WHAT THE TASK ASKS: Below are some records. Print exactly the lines between the one holding "face CYL(AX(P(23.9167,21,-8.8015),D(0,1,0),D(1,0,0)),1.15) rev" and the one holding "e32 v13 v21", inclusive, and nothing else.

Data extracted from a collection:
----

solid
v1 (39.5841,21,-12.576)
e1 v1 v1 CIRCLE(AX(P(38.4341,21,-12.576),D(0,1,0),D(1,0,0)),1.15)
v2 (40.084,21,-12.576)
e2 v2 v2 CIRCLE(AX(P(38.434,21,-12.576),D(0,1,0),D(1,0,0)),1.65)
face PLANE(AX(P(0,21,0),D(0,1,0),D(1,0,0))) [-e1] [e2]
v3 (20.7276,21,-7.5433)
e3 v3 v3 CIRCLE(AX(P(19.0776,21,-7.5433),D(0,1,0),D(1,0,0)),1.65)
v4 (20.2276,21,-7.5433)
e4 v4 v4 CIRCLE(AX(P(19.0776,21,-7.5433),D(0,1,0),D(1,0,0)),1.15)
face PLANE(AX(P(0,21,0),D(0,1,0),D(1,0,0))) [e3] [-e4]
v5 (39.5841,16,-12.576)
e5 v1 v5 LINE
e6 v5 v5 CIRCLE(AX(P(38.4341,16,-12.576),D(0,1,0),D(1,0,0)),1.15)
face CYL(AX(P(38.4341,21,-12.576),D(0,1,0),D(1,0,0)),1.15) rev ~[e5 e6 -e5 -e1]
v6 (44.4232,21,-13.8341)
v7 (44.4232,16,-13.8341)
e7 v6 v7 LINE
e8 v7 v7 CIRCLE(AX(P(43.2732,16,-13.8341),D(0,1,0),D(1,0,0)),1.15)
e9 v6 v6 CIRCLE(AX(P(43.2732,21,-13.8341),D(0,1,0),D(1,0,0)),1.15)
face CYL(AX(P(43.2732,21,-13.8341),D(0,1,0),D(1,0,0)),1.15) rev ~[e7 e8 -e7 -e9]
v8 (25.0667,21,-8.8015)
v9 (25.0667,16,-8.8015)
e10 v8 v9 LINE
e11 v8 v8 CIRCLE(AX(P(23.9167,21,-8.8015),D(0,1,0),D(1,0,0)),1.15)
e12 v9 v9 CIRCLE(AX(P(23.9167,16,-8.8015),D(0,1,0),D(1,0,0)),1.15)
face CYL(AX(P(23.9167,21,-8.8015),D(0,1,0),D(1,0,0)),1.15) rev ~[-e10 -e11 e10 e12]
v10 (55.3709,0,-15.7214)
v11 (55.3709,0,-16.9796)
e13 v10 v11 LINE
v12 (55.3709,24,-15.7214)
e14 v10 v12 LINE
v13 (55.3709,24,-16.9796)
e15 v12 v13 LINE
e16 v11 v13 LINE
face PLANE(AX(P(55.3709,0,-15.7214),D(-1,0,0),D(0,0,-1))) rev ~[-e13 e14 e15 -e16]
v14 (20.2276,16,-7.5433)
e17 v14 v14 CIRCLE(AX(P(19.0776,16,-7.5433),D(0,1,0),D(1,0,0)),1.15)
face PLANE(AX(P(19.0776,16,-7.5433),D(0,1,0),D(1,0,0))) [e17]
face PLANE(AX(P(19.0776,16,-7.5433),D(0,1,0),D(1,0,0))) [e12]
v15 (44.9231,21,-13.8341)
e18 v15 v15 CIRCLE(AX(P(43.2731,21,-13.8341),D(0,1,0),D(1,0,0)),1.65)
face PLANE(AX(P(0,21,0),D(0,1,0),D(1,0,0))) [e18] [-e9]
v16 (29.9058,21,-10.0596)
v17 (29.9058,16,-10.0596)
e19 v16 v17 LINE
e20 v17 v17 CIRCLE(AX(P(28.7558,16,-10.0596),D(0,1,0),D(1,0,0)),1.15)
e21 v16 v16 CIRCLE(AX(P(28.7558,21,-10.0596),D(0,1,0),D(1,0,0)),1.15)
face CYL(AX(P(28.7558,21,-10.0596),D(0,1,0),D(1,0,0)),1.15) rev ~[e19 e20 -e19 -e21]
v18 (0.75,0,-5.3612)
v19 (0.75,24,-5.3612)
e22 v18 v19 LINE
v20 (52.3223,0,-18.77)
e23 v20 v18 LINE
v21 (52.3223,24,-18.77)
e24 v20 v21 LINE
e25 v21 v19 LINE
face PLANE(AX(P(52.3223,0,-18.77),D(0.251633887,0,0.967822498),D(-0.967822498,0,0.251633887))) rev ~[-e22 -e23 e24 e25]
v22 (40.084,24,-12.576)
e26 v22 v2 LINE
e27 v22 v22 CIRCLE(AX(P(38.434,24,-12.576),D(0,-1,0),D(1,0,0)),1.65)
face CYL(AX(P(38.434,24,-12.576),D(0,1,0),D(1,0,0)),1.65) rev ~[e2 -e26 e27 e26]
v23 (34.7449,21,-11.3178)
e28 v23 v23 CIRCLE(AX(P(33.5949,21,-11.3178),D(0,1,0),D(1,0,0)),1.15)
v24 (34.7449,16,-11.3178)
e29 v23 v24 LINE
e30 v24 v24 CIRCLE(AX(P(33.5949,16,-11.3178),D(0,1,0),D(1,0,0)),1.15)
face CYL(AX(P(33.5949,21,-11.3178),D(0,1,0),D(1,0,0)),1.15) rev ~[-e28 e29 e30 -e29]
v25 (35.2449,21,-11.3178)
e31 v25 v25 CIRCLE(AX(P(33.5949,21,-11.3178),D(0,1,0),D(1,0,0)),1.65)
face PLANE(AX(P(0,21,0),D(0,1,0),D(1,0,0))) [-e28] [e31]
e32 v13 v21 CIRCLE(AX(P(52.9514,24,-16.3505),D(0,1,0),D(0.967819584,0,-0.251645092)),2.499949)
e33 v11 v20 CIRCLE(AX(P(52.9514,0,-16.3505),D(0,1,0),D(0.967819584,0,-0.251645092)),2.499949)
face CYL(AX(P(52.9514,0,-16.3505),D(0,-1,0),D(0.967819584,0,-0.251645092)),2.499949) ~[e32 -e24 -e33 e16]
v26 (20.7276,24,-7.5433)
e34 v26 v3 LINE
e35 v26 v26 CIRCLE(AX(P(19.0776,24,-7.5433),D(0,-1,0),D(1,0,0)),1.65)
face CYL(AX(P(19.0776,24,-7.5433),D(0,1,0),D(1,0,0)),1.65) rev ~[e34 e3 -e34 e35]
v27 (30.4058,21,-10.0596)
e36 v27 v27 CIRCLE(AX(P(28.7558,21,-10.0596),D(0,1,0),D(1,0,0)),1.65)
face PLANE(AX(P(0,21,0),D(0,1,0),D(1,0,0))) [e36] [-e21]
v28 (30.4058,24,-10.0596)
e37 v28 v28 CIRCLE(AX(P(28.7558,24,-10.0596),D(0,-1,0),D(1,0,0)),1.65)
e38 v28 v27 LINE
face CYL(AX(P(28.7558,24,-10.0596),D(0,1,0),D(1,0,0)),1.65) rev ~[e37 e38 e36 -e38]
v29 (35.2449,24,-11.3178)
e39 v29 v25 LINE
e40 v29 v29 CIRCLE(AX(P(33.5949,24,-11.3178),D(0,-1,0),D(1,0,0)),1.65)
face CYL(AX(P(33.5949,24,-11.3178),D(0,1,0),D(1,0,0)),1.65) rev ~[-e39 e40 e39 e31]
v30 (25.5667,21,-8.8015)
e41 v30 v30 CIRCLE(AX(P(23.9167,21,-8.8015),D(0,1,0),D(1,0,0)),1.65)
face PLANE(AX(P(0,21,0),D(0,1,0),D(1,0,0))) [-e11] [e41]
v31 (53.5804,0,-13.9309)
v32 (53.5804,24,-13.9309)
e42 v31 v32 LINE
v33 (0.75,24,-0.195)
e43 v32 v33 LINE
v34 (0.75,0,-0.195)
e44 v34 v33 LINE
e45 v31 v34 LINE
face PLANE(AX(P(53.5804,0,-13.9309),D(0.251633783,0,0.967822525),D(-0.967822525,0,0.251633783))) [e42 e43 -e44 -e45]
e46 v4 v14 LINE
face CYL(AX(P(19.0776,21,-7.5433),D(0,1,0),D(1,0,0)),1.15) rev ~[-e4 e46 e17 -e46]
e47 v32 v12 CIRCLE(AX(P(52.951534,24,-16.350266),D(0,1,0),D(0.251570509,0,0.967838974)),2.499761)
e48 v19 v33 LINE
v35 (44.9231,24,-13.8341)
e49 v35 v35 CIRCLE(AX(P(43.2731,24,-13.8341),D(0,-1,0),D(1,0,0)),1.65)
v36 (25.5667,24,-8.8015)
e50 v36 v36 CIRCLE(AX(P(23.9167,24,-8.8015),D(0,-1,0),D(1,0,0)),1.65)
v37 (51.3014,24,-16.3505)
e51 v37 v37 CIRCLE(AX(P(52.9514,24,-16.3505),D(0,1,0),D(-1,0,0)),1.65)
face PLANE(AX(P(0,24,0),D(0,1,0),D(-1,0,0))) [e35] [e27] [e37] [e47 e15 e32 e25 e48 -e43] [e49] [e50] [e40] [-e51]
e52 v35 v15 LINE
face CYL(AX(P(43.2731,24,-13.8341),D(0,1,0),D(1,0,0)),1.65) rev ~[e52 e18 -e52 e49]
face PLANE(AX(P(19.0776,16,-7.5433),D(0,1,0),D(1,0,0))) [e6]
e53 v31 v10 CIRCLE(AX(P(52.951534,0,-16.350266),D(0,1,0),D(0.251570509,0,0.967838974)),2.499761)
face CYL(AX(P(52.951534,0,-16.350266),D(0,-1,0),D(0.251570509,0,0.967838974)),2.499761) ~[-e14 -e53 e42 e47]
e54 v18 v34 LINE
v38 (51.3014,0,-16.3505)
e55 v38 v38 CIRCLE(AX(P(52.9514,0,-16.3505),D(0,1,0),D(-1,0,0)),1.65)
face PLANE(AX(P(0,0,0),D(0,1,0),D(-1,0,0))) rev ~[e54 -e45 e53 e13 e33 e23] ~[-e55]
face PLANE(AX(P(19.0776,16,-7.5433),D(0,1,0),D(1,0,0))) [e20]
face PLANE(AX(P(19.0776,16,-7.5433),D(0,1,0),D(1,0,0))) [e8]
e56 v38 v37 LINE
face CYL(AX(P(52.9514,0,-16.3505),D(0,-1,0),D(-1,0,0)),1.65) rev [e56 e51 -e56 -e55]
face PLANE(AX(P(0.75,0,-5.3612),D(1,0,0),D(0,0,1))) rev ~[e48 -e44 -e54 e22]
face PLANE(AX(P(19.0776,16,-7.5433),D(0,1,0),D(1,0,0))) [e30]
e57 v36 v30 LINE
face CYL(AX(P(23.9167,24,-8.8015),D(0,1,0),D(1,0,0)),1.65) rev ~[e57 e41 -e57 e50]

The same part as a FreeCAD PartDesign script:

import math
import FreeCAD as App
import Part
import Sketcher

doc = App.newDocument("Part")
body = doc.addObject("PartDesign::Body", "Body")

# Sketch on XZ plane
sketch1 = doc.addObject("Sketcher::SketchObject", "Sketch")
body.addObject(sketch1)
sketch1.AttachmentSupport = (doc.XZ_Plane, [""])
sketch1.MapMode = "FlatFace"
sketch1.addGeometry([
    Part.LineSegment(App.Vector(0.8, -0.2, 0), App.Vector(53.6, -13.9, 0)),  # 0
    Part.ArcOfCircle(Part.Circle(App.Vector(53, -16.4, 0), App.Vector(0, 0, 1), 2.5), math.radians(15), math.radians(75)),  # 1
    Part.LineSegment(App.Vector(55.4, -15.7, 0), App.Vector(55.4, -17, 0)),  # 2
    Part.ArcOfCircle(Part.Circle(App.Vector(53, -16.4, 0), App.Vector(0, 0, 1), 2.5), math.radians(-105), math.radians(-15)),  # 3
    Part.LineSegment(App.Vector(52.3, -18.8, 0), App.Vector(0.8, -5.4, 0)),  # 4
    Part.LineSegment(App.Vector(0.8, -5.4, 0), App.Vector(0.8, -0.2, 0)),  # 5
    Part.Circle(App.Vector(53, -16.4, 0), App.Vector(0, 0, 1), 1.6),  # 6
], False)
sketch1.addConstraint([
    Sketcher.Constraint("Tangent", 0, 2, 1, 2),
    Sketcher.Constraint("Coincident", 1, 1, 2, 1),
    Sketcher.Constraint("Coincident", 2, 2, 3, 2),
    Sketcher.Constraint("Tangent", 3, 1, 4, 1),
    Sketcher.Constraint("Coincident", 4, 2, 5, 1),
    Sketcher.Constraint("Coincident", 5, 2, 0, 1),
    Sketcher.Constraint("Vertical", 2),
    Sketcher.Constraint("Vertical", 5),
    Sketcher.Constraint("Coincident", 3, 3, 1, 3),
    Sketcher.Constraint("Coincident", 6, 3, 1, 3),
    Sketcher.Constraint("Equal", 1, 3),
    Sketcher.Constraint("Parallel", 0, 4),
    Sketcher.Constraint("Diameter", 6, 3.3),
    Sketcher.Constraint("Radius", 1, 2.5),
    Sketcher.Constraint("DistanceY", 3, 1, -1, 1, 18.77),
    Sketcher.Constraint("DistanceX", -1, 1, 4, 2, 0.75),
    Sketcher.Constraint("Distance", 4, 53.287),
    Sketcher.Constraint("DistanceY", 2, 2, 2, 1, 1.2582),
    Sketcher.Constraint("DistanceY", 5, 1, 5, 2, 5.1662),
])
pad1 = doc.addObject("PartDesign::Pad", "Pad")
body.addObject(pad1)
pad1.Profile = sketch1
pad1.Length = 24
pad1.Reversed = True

----

RESULT BELOW:
face CYL(AX(P(23.9167,21,-8.8015),D(0,1,0),D(1,0,0)),1.15) rev ~[-e10 -e11 e10 e12]
v10 (55.3709,0,-15.7214)
v11 (55.3709,0,-16.9796)
e13 v10 v11 LINE
v12 (55.3709,24,-15.7214)
e14 v10 v12 LINE
v13 (55.3709,24,-16.9796)
e15 v12 v13 LINE
e16 v11 v13 LINE
face PLANE(AX(P(55.3709,0,-15.7214),D(-1,0,0),D(0,0,-1))) rev ~[-e13 e14 e15 -e16]
v14 (20.2276,16,-7.5433)
e17 v14 v14 CIRCLE(AX(P(19.0776,16,-7.5433),D(0,1,0),D(1,0,0)),1.15)
face PLANE(AX(P(19.0776,16,-7.5433),D(0,1,0),D(1,0,0))) [e17]
face PLANE(AX(P(19.0776,16,-7.5433),D(0,1,0),D(1,0,0))) [e12]
v15 (44.9231,21,-13.8341)
e18 v15 v15 CIRCLE(AX(P(43.2731,21,-13.8341),D(0,1,0),D(1,0,0)),1.65)
face PLANE(AX(P(0,21,0),D(0,1,0),D(1,0,0))) [e18] [-e9]
v16 (29.9058,21,-10.0596)
v17 (29.9058,16,-10.0596)
e19 v16 v17 LINE
e20 v17 v17 CIRCLE(AX(P(28.7558,16,-10.0596),D(0,1,0),D(1,0,0)),1.15)
e21 v16 v16 CIRCLE(AX(P(28.7558,21,-10.0596),D(0,1,0),D(1,0,0)),1.15)
face CYL(AX(P(28.7558,21,-10.0596),D(0,1,0),D(1,0,0)),1.15) rev ~[e19 e20 -e19 -e21]
v18 (0.75,0,-5.3612)
v19 (0.75,24,-5.3612)
e22 v18 v19 LINE
v20 (52.3223,0,-18.77)
e23 v20 v18 LINE
v21 (52.3223,24,-18.77)
e24 v20 v21 LINE
e25 v21 v19 LINE
face PLANE(AX(P(52.3223,0,-18.77),D(0.251633887,0,0.967822498),D(-0.967822498,0,0.251633887))) rev ~[-e22 -e23 e24 e25]
v22 (40.084,24,-12.576)
e26 v22 v2 LINE
e27 v22 v22 CIRCLE(AX(P(38.434,24,-12.576),D(0,-1,0),D(1,0,0)),1.65)
face CYL(AX(P(38.434,24,-12.576),D(0,1,0),D(1,0,0)),1.65) rev ~[e2 -e26 e27 e26]
v23 (34.7449,21,-11.3178)
e28 v23 v23 CIRCLE(AX(P(33.5949,21,-11.3178),D(0,1,0),D(1,0,0)),1.15)
v24 (34.7449,16,-11.3178)
e29 v23 v24 LINE
e30 v24 v24 CIRCLE(AX(P(33.5949,16,-11.3178),D(0,1,0),D(1,0,0)),1.15)
face CYL(AX(P(33.5949,21,-11.3178),D(0,1,0),D(1,0,0)),1.15) rev ~[-e28 e29 e30 -e29]
v25 (35.2449,21,-11.3178)
e31 v25 v25 CIRCLE(AX(P(33.5949,21,-11.3178),D(0,1,0),D(1,0,0)),1.65)
face PLANE(AX(P(0,21,0),D(0,1,0),D(1,0,0))) [-e28] [e31]
e32 v13 v21 CIRCLE(AX(P(52.9514,24,-16.3505),D(0,1,0),D(0.967819584,0,-0.251645092)),2.499949)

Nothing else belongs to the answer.